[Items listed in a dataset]
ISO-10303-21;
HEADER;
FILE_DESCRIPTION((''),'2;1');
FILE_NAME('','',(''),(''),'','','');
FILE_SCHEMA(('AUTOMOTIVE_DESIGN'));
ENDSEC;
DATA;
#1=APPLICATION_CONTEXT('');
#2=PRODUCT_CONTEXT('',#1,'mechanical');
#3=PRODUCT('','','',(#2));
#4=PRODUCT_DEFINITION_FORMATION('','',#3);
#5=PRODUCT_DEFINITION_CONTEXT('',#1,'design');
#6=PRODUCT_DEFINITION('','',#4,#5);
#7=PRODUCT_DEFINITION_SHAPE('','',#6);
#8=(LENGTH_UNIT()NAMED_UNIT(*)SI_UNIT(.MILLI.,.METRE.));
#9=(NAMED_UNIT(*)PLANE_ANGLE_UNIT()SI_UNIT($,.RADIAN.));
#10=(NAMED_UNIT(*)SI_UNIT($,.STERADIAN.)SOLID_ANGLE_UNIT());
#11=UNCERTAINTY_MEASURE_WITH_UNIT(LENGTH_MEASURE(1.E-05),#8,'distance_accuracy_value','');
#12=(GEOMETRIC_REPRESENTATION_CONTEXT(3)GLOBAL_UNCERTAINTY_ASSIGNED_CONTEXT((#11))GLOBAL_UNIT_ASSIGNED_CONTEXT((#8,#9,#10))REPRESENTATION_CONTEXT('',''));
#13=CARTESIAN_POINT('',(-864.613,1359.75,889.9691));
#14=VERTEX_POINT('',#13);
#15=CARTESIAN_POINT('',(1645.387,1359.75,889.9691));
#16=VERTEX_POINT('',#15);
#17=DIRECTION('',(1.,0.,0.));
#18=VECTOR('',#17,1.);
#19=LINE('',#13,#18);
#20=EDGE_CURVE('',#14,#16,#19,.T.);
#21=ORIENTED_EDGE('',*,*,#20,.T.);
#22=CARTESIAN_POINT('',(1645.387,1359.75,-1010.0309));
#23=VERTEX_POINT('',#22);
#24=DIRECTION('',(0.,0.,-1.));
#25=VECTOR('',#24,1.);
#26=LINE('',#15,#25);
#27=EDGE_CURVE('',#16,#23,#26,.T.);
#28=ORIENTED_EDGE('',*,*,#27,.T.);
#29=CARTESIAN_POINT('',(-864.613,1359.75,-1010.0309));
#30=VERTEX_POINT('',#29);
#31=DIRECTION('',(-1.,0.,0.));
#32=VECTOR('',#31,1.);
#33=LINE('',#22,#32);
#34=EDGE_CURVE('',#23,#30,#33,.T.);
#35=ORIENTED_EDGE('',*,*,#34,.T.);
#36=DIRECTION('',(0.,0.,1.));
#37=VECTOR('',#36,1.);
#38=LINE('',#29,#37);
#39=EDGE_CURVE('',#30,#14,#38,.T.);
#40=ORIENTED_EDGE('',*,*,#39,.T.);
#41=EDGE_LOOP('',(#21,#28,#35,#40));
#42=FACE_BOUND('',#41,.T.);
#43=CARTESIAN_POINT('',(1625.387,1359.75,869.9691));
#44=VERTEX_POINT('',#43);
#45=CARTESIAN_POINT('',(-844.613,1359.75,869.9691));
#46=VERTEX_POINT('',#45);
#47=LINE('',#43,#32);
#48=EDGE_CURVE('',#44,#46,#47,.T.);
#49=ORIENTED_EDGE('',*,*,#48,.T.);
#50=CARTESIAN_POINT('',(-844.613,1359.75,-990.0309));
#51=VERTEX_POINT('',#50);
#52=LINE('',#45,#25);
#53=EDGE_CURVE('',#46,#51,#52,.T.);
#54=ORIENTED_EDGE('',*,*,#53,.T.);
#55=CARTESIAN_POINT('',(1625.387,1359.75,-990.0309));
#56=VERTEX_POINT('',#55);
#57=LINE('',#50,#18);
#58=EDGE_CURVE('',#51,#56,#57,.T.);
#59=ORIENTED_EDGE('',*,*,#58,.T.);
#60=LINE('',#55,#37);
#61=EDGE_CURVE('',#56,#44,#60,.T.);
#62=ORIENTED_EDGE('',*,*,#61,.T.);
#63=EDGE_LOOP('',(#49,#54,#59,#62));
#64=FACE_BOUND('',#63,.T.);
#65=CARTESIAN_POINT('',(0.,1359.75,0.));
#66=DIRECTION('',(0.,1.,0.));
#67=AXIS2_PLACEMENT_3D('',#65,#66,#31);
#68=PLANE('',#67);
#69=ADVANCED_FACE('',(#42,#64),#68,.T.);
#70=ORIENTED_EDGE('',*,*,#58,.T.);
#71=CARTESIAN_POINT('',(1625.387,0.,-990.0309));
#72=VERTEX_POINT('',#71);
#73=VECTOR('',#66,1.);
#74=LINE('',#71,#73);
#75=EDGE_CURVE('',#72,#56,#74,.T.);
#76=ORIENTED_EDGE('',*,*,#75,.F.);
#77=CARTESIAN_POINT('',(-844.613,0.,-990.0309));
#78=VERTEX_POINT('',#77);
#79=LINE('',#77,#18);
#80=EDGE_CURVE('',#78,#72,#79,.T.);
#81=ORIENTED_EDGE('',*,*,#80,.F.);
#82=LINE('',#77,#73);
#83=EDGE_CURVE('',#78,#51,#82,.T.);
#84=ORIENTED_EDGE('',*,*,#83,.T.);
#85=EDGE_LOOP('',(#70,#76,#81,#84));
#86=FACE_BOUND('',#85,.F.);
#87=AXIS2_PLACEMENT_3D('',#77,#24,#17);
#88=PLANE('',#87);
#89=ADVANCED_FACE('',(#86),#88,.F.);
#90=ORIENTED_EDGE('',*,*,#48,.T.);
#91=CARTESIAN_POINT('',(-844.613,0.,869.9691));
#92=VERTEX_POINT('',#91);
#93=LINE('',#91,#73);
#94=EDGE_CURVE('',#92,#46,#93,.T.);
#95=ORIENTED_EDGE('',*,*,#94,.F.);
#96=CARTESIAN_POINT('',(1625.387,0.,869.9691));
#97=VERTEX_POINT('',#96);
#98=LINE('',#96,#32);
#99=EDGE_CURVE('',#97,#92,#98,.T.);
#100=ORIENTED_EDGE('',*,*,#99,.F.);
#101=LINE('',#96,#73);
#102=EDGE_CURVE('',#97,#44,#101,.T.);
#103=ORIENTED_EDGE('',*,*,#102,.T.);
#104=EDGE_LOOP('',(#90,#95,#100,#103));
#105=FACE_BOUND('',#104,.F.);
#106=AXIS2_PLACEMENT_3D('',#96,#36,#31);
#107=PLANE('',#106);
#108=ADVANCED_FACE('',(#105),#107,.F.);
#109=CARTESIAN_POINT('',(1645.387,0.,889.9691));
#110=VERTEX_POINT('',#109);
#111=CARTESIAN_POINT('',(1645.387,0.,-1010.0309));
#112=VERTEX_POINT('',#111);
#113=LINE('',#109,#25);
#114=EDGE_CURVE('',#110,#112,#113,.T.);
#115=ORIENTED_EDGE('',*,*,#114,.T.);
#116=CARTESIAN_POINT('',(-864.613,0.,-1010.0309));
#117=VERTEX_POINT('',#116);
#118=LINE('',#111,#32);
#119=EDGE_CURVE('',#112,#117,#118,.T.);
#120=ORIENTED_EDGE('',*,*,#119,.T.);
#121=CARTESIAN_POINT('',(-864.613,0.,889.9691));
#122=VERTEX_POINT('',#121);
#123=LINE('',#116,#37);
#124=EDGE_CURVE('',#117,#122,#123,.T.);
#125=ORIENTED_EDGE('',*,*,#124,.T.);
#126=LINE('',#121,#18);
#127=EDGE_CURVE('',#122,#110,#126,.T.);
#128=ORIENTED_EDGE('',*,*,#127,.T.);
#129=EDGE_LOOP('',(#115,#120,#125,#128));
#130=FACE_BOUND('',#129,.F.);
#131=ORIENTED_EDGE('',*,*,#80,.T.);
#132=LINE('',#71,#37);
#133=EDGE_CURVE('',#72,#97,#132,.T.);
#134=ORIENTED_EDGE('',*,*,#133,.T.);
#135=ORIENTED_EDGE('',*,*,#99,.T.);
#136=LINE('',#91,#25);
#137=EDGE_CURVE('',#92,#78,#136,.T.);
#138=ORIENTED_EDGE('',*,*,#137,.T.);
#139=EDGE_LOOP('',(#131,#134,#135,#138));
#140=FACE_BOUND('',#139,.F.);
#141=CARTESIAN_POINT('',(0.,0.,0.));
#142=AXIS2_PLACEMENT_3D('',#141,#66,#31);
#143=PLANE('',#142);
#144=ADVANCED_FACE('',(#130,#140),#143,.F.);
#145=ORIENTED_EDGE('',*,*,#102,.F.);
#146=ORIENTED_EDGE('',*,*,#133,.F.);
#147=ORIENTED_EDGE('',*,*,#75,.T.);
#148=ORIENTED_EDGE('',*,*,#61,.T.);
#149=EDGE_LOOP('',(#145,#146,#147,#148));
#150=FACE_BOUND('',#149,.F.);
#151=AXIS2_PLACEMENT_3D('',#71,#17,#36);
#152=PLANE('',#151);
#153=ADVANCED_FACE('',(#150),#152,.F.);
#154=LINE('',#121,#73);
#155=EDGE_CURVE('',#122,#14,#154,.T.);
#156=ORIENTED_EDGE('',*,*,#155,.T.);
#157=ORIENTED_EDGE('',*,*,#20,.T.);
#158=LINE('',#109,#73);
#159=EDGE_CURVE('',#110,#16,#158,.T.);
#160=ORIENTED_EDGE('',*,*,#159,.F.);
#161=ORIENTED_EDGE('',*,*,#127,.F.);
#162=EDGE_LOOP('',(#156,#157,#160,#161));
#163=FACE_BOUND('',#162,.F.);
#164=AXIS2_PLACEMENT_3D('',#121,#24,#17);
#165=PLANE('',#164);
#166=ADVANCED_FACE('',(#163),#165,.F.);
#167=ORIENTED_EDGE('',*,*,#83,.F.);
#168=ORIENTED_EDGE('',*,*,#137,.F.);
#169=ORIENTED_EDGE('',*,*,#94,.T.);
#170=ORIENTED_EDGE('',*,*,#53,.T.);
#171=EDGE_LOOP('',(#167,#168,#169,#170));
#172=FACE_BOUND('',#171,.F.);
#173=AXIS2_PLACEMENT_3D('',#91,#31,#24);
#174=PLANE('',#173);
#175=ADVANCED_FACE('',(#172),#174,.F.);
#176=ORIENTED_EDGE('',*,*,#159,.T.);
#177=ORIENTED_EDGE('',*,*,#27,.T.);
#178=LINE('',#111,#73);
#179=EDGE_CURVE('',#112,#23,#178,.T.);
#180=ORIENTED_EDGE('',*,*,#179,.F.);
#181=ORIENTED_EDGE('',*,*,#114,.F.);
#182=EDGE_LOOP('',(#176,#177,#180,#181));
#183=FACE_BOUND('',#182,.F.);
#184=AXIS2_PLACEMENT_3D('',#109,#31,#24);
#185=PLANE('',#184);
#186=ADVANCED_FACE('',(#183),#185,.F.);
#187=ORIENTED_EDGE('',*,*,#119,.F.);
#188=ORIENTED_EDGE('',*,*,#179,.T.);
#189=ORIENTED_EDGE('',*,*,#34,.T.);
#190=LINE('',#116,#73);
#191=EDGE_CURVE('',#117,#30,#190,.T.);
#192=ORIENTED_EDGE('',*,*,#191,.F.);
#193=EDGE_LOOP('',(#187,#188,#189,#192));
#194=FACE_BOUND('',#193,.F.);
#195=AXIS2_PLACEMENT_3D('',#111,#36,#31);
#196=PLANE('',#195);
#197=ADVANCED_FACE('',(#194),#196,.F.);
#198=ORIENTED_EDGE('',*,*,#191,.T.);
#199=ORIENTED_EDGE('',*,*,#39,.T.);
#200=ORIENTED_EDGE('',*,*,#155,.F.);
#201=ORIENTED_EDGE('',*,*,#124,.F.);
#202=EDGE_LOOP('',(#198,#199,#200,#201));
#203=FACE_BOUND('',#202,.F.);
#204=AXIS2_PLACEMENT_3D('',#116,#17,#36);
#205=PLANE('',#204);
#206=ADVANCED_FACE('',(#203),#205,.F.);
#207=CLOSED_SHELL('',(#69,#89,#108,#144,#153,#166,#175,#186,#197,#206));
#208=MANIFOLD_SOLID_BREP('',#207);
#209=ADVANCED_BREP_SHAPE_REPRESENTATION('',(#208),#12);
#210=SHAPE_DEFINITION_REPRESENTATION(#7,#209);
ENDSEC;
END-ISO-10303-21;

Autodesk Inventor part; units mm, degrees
ref_plane "YZ Plane" through (0, 0, 0) normal (1, 0, 0) x (0, 1, 0)
ref_plane "XZ Plane" through (0, 0, 0) normal (0, 1, 0) x (-1, 0, 0)
ref_plane "XY Plane" through (0, 0, 0) normal (0, 0, 1) x (1, 0, 0)
sketch "Эскиз1" plane through (0, 0, 0) normal (0, 1, 0) x (-1, 0, 0)
  line L0 (-1625.387, 869.9691) -> (844.613, 869.9691)
  line L1 (844.613, 869.9691) -> (844.613, -990.0309)
  line L2 (844.613, -990.0309) -> (-1625.387, -990.0309)
  line L3 (-1625.387, -990.0309) -> (-1625.387, 869.9691)
  line L4 (864.613, 889.9691) -> (-1645.387, 889.9691)
  line L5 (-1645.387, 889.9691) -> (-1645.387, -1010.0309)
  line L6 (-1645.387, -1010.0309) -> (864.613, -1010.0309)
  line L7 (864.613, -1010.0309) -> (864.613, 889.9691)
  point P0 (0, 0)
  dimension "d0" = 2470
  dimension "d1" = 1860
  dimension "d2" = 20
extrude "Выдавливание1" add sketch "Эскиз1" along normal blind 1359.75
properties part number "Back_ground"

#### Work item:
Look above for the line with "#46=VERTEX_POINT('',#45);" and the line with "#56=VERTEX_POINT('',#55);". Write out those two lines and all the lines between them, exactly, and no others.

#### Output below:
#46=VERTEX_POINT('',#45);
#47=LINE('',#43,#32);
#48=EDGE_CURVE('',#44,#46,#47,.T.);
#49=ORIENTED_EDGE('',*,*,#48,.T.);
#50=CARTESIAN_POINT('',(-844.613,1359.75,-990.0309));
#51=VERTEX_POINT('',#50);
#52=LINE('',#45,#25);
#53=EDGE_CURVE('',#46,#51,#52,.T.);
#54=ORIENTED_EDGE('',*,*,#53,.T.);
#55=CARTESIAN_POINT('',(1625.387,1359.75,-990.0309));
#56=VERTEX_POINT('',#55);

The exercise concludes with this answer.